If you have a table saw, a lock joint is a fairly easy joint to make. draw your cut lines on the edge of the board and make your four "tab" cuts first. Assuming it's a small box you can do this with a miter guage on the table saw. Transfer the shape of the tab on a piece of scrap equal to the thickness of your good piece and adjust the saw blade while removing a little material at a time till you get a nice fit.

No table saw? (you did say limited) You could do this with a circular saw and a straight edge with clamps and a whole lot of time and less accuracy...:yes:

Your options are limited to anything more than a basic butt joint or miter joint. Have fun with it. Make butt joints, but for stability and design sink some contrasting dowels through the mating edges. Basic dowel joinery.

Here's a lock joint:


----------



## Jiffycake (Jul 22, 2008)

I second dowels. I have been itching to start with some more complex joints. I have only used dowels, mortise and tenon, and rabbet.

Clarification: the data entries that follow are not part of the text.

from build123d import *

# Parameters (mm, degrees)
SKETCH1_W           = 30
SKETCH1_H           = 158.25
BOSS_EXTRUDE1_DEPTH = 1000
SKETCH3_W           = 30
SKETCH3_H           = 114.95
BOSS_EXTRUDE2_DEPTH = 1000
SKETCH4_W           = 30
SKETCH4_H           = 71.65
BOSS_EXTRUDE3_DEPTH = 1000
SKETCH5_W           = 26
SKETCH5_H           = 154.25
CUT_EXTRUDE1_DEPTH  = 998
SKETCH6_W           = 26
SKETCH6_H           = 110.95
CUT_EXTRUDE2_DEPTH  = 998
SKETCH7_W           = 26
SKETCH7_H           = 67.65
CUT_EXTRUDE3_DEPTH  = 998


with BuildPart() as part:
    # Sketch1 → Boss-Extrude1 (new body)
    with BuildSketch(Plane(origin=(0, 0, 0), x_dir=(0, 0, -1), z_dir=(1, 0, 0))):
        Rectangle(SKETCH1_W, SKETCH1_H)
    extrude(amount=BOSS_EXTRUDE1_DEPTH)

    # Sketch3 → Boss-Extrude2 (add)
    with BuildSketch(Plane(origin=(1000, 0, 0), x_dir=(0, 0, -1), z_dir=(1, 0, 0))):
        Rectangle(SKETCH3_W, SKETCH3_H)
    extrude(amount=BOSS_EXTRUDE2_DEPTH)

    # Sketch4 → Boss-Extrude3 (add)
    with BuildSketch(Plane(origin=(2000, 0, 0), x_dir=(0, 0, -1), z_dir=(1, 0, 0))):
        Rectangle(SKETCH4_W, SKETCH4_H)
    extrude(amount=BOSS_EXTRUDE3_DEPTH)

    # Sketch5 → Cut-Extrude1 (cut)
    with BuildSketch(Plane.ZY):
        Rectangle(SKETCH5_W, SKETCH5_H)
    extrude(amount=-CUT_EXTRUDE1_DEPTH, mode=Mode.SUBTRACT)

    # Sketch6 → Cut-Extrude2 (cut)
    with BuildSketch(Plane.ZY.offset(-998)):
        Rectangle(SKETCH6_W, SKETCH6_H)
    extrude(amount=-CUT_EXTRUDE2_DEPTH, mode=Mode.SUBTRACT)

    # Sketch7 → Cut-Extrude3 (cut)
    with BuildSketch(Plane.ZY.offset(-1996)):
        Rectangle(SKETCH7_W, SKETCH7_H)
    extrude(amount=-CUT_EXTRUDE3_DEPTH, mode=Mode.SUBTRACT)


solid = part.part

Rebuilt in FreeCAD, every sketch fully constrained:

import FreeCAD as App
import Part
import Sketcher

doc = App.newDocument("Part")
body = doc.addObject("PartDesign::Body", "Body")

sketch1 = body.newObject("Sketcher::SketchObject", "Sketch")
sketch1.AttachmentSupport = (doc.getObject("YZ_Plane"), [""])
sketch1.MapMode = "FlatFace"
sketch1.addGeometry([
    Part.LineSegment(App.Vector(79.125, 15, 0), App.Vector(-79.125, 15, 0)),
    Part.LineSegment(App.Vector(-79.125, 15, 0), App.Vector(-79.125, -15, 0)),
    Part.LineSegment(App.Vector(-79.125, -15, 0), App.Vector(79.125, -15, 0)),
    Part.LineSegment(App.Vector(79.125, -15, 0), App.Vector(79.125, 15, 0)),
], False)
sketch1.addConstraint([
    Sketcher.Constraint("Coincident", 0, 2, 1, 1),
    Sketcher.Constraint("Coincident", 1, 2, 2, 1),
    Sketcher.Constraint("Coincident", 2, 2, 3, 1),
    Sketcher.Constraint("Coincident", 3, 2, 0, 1),
    Sketcher.Constraint("Horizontal", 0),
    Sketcher.Constraint("Vertical", 1),
    Sketcher.Constraint("Horizontal", 2),
    Sketcher.Constraint("Vertical", 3),
    Sketcher.Constraint("Symmetric", 0, 2, 2, 2, -1, 1),
    Sketcher.Constraint("DistanceY", 1, 2, 1, 1, 30.0),
    Sketcher.Constraint("DistanceX", 0, 2, 0, 1, 158.25),
])
pad1 = body.newObject("PartDesign::Pad", "Pad")
pad1.Profile = sketch1
pad1.Length = 1000

sketch2 = body.newObject("Sketcher::SketchObject", "Sketch001")
sketch2.AttachmentSupport = (doc.getObject("YZ_Plane"), [""])
sketch2.MapMode = "FlatFace"
sketch2.AttachmentOffset = App.Placement(App.Vector(0, 0, 1000), App.Rotation())
sketch2.addGeometry([
    Part.LineSegment(App.Vector(57.475, 15, 0), App.Vector(-57.475, 15, 0)),
    Part.LineSegment(App.Vector(-57.475, 15, 0), App.Vector(-57.475, -15, 0)),
    Part.LineSegment(App.Vector(-57.475, -15, 0), App.Vector(57.475, -15, 0)),
    Part.LineSegment(App.Vector(57.475, -15, 0), App.Vector(57.475, 15, 0)),
], False)
sketch2.addConstraint([
    Sketcher.Constraint("Coincident", 0, 2, 1, 1),
    Sketcher.Constraint("Coincident", 1, 2, 2, 1),
    Sketcher.Constraint("Coincident", 2, 2, 3, 1),
    Sketcher.Constraint("Coincident", 3, 2, 0, 1),
    Sketcher.Constraint("Horizontal", 0),
    Sketcher.Constraint("Vertical", 1),
    Sketcher.Constraint("Horizontal", 2),
    Sketcher.Constraint("Vertical", 3),
    Sketcher.Constraint("Symmetric", 0, 2, 2, 2, -1, 1),
    Sketcher.Constraint("DistanceY", 1, 2, 1, 1, 30.0),
    Sketcher.Constraint("DistanceX", 0, 2, 0, 1, 114.95),
])
pad2 = body.newObject("PartDesign::Pad", "Pad001")
pad2.Profile = sketch2
pad2.Length = 1000

sketch3 = body.newObject("Sketcher::SketchObject", "Sketch002")
sketch3.AttachmentSupport = (doc.getObject("YZ_Plane"), [""])
sketch3.MapMode = "FlatFace"
sketch3.AttachmentOffset = App.Placement(App.Vector(0, 0, 2000), App.Rotation())
sketch3.addGeometry([
    Part.LineSegment(App.Vector(35.825, 15, 0), App.Vector(-35.825, 15, 0)),
    Part.LineSegment(App.Vector(-35.825, 15, 0), App.Vector(-35.825, -15, 0)),
    Part.LineSegment(App.Vector(-35.825, -15, 0), App.Vector(35.825, -15, 0)),
    Part.LineSegment(App.Vector(35.825, -15, 0), App.Vector(35.825, 15, 0)),
], False)
sketch3.addConstraint([
    Sketcher.Constraint("Coincident", 0, 2, 1, 1),
    Sketcher.Constraint("Coincident", 1, 2, 2, 1),
    Sketcher.Constraint("Coincident", 2, 2, 3, 1),
    Sketcher.Constraint("Coincident", 3, 2, 0, 1),
    Sketcher.Constraint("Horizontal", 0),
    Sketcher.Constraint("Vertical", 1),
    Sketcher.Constraint("Horizontal", 2),
    Sketcher.Constraint("Vertical", 3),
    Sketcher.Constraint("Symmetric", 0, 2, 2, 2, -1, 1),
    Sketcher.Constraint("DistanceY", 1, 2, 1, 1, 30.0),
    Sketcher.Constraint("DistanceX", 0, 2, 0, 1, 71.65),
])
pad3 = body.newObject("PartDesign::Pad", "Pad002")
pad3.Profile = sketch3
pad3.Length = 1000

sketch4 = body.newObject("Sketcher::SketchObject", "Sketch003")
sketch4.AttachmentSupport = (doc.getObject("YZ_Plane"), [""])
sketch4.MapMode = "FlatFace"
sketch4.addGeometry([
    Part.LineSegment(App.Vector(77.125, -13, 0), App.Vector(-77.125, -13, 0)),
    Part.LineSegment(App.Vector(-77.125, -13, 0), App.Vector(-77.125, 13, 0)),
    Part.LineSegment(App.Vector(-77.125, 13, 0), App.Vector(77.125, 13, 0)),
    Part.LineSegment(App.Vector(77.125, 13, 0), App.Vector(77.125, -13, 0)),
], False)
sketch4.addConstraint([
    Sketcher.Constraint("Coincident", 0, 2, 1, 1),
    Sketcher.Constraint("Coincident", 1, 2, 2, 1),
    Sketcher.Constraint("Coincident", 2, 2, 3, 1),
    Sketcher.Constraint("Coincident", 3, 2, 0, 1),
    Sketcher.Constraint("Horizontal", 0),
    Sketcher.Constraint("Vertical", 1),
    Sketcher.Constraint("Horizontal", 2),
    Sketcher.Constraint("Vertical", 3),
    Sketcher.Constraint("Symmetric", 0, 2, 2, 2, -1, 1),
    Sketcher.Constraint("DistanceY", 1, 1, 1, 2, 26.0),
    Sketcher.Constraint("DistanceX", 0, 2, 0, 1, 154.25),
])
pocket1 = body.newObject("PartDesign::Pocket", "Pocket")
pocket1.Profile = sketch4
pocket1.Length = 998
pocket1.Reversed = True

sketch5 = body.newObject("Sketcher::SketchObject", "Sketch004")
sketch5.AttachmentSupport = (doc.getObject("YZ_Plane"), [""])
sketch5.MapMode = "FlatFace"
sketch5.AttachmentOffset = App.Placement(App.Vector(0, 0, 998), App.Rotation())
sketch5.addGeometry([
    Part.LineSegment(App.Vector(55.475, -13, 0), App.Vector(-55.475, -13, 0)),
    Part.LineSegment(App.Vector(-55.475, -13, 0), App.Vector(-55.475, 13, 0)),
    Part.LineSegment(App.Vector(-55.475, 13, 0), App.Vector(55.475, 13, 0)),
    Part.LineSegment(App.Vector(55.475, 13, 0), App.Vector(55.475, -13, 0)),
], False)
sketch5.addConstraint([
    Sketcher.Constraint("Coincident", 0, 2, 1, 1),
    Sketcher.Constraint("Coincident", 1, 2, 2, 1),
    Sketcher.Constraint("Coincident", 2, 2, 3, 1),
    Sketcher.Constraint("Coincident", 3, 2, 0, 1),
    Sketcher.Constraint("Horizontal", 0),
    Sketcher.Constraint("Vertical", 1),
    Sketcher.Constraint("Horizontal", 2),
    Sketcher.Constraint("Vertical", 3),
    Sketcher.Constraint("Symmetric", 0, 2, 2, 2, -1, 1),
    Sketcher.Constraint("DistanceY", 1, 1, 1, 2, 26.0),
    Sketcher.Constraint("DistanceX", 0, 2, 0, 1, 110.95),
])
pocket2 = body.newObject("PartDesign::Pocket", "Pocket001")
pocket2.Profile = sketch5
pocket2.Length = 998
pocket2.Reversed = True

sketch6 = body.newObject("Sketcher::SketchObject", "Sketch005")
sketch6.AttachmentSupport = (doc.getObject("YZ_Plane"), [""])
sketch6.MapMode = "FlatFace"
sketch6.AttachmentOffset = App.Placement(App.Vector(0, 0, 1996), App.Rotation())
sketch6.addGeometry([
    Part.LineSegment(App.Vector(33.825, -13, 0), App.Vector(-33.825, -13, 0)),
    Part.LineSegment(App.Vector(-33.825, -13, 0), App.Vector(-33.825, 13, 0)),
    Part.LineSegment(App.Vector(-33.825, 13, 0), App.Vector(33.825, 13, 0)),
    Part.LineSegment(App.Vector(33.825, 13, 0), App.Vector(33.825, -13, 0)),
], False)
sketch6.addConstraint([
    Sketcher.Constraint("Coincident", 0, 2, 1, 1),
    Sketcher.Constraint("Coincident", 1, 2, 2, 1),
    Sketcher.Constraint("Coincident", 2, 2, 3, 1),
    Sketcher.Constraint("Coincident", 3, 2, 0, 1),
    Sketcher.Constraint("Horizontal", 0),
    Sketcher.Constraint("Vertical", 1),
    Sketcher.Constraint("Horizontal", 2),
    Sketcher.Constraint("Vertical", 3),
    Sketcher.Constraint("Symmetric", 0, 2, 2, 2, -1, 1),
    Sketcher.Constraint("DistanceY", 1, 1, 1, 2, 26.0),
    Sketcher.Constraint("DistanceX", 0, 2, 0, 1, 67.65),
])
pocket3 = body.newObject("PartDesign::Pocket", "Pocket002")
pocket3.Profile = sketch6
pocket3.Length = 998
pocket3.Reversed = True

doc.recompute()
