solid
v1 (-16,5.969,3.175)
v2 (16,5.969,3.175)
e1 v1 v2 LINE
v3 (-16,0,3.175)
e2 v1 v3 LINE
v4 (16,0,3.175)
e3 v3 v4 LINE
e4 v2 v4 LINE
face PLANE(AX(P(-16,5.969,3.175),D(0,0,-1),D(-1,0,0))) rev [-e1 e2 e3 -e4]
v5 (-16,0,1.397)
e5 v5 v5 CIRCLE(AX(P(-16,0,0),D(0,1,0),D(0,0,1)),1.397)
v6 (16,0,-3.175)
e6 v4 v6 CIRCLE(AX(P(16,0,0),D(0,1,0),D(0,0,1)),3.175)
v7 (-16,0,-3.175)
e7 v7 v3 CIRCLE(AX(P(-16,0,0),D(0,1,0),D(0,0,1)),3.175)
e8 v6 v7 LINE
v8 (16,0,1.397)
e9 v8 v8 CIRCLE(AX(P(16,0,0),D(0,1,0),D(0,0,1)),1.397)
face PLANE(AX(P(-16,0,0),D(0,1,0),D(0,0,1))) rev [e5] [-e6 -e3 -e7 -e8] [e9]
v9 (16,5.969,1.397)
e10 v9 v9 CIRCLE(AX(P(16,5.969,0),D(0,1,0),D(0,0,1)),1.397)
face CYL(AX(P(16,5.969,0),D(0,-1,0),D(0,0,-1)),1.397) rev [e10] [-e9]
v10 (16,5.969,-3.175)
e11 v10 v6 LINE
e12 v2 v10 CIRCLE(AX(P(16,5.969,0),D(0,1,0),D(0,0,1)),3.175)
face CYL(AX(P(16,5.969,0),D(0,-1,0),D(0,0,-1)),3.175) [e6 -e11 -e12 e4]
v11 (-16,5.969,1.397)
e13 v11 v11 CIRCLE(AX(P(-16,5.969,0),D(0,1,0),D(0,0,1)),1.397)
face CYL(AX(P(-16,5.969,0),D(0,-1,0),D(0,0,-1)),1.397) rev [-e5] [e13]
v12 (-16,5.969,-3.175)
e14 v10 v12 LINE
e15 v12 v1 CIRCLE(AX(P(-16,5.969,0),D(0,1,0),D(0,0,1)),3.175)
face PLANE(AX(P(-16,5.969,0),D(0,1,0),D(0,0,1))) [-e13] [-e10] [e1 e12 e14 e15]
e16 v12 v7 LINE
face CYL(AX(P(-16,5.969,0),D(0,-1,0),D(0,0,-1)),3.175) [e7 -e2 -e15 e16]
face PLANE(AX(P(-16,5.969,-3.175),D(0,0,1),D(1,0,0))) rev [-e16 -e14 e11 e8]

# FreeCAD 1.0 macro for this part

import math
import FreeCAD as App
import Part
import Sketcher
from FreeCAD import Vector
Q = App.Units.Quantity

doc = App.newDocument("Part")
params = doc.addObject("Spreadsheet::Sheet", "Params")
for row, (alias, value) in enumerate([
    ("sketch1_diameter", "0.11 in"),
    ("sketch1_radius", "0.125 in"),
    ("pad1_length", "0.235 in"),
], start=1):
    params.set(f"A{row}", alias)
    params.set(f"B{row}", "=" + value)
    params.setAlias(f"B{row}", alias)

body = doc.addObject("PartDesign::Body", "Body")

# Sketch on XZ plane
sketch1 = body.newObject("Sketcher::SketchObject", "Sketch")
sketch1.AttachmentSupport = (doc.getObject("XZ_Plane"), [""])
sketch1.MapMode = "FlatFace"
sketch1.addGeometry([
    Part.LineSegment(Vector(16, -3.2, 0), Vector(-16, -3.2, 0)),  # 0
    Part.ArcOfCircle(Part.Circle(Vector(-16, 0, 0), Vector(0, 0, 1), 3.2), math.radians(90), math.radians(270)),  # 1
    Part.LineSegment(Vector(-16, 3.2, 0), Vector(16, 3.2, 0)),  # 2
    Part.ArcOfCircle(Part.Circle(Vector(16, 0, 0), Vector(0, 0, 1), 3.2), math.radians(-90), math.radians(90)),  # 3
    Part.Circle(Vector(16, 0, 0), Vector(0, 0, 1), 1.4),  # 4
    Part.Circle(Vector(-16, 0, 0), Vector(0, 0, 1), 1.4),  # 5
], False)
sketch1.addConstraint([
    Sketcher.Constraint("Tangent", 0, 2, 1, 2),
    Sketcher.Constraint("Tangent", 1, 1, 2, 1),
    Sketcher.Constraint("Tangent", 2, 2, 3, 2),
    Sketcher.Constraint("Tangent", 3, 1, 0, 1),
    Sketcher.Constraint("Horizontal", 0),
    Sketcher.Constraint("Horizontal", 2),
    Sketcher.Constraint("Coincident", 4, 3, 3, 3),
    Sketcher.Constraint("Coincident", 5, 3, 1, 3),
    Sketcher.Constraint("Equal", 4, 5),
    Sketcher.Constraint("Symmetric", 1, 3, 3, 3, -1, 1),
    Sketcher.Constraint("Diameter", 4, Q("0.11 in")),
    Sketcher.Constraint("Radius", 1, Q("0.125 in")),
    Sketcher.Constraint("DistanceX", 0, 2, 0, 1, 32.0),
])
sketch1.setExpression("Constraints[10]", "Params.sketch1_diameter")
sketch1.setExpression("Constraints[11]", "Params.sketch1_radius")
pad1 = body.newObject("PartDesign::Pad", "Pad")
pad1.Profile = sketch1
pad1.setExpression("Length", "Params.pad1_length")
pad1.Reversed = True

doc.recompute()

If you decide to go with the lock joint a dado blade on a table saw would work well. I don't know how much they are but I was given a very old craftsman dado blade with my saw and it really comes in handy.


----------



## jwcole (Nov 22, 2008)

Maybe boxjoint... http://www.sawdustmaking.com/Box%20Joint/boxjointjig.html
I googled this you could do it with a router too.

Jonathan


----------



## Deadhead Derek (Dec 15, 2008)

I would second the box joint.. decorative and functional. simple to do with a table saw, or by hand. though if you have the hand tools ( dovetail, back cut or pull saw) and a chisel, dovetails are in play as an option.


----------



## Sawduster (Dec 30, 2008)

I'm new here too so I don't want to bang heads with the other guys but apparently they didn't read your list of tools. The joinery I suggested is pretty basic and the only thing I'd try with the tools you have. Get some Durhams water putty, some Titebond III glue, some one inch drywall screws, a sheet of 1/2" plywood, AC grade, I believe (sanded on one side) and some 1x8 pine boards. Here's where a little table saw would be nice. You could probably find one on Craigslist for under $50.00. No table saw? Clamp your straightest 1 x 4 to another to put the shoe of your circular saw against and rip a #/4" strip off the edge of the bottom board. Plan your sheet of plywood for the size box you want to build. Don't forget to plan for kerf loss (That's the wood that you'll lose because of the thickness of the saw blade.) Cut out your five pieces, four sides and the bottom, I'd go with an open top so no one gets their fingers pinched. Cut your cleats out of the 3/4 x 3/4 stock you ripped and clamp and screw four of them to the end pieces (edit, flush with the edges of the panels.) Make the cleats short enough to allow room for the bottom of the box, about an inch and a half. Now screw the front and back on to the ends. Attach a set of cleats around the bottom and put the bottom in and screw it down. That's a dry assembly. Once you're satisfied, take it all apart and reassemble it with a thin ribbon of glue. Set the screws just deep enough to make room for a little filler. Sand it, paint it, and stencil on a Winnie the Pooh.


----------



## joesdad (Nov 1, 2007)

Sawduster said:


> I'm new here too so I don't want to bang heads with the other guys but apparently they didn't read your list of tools.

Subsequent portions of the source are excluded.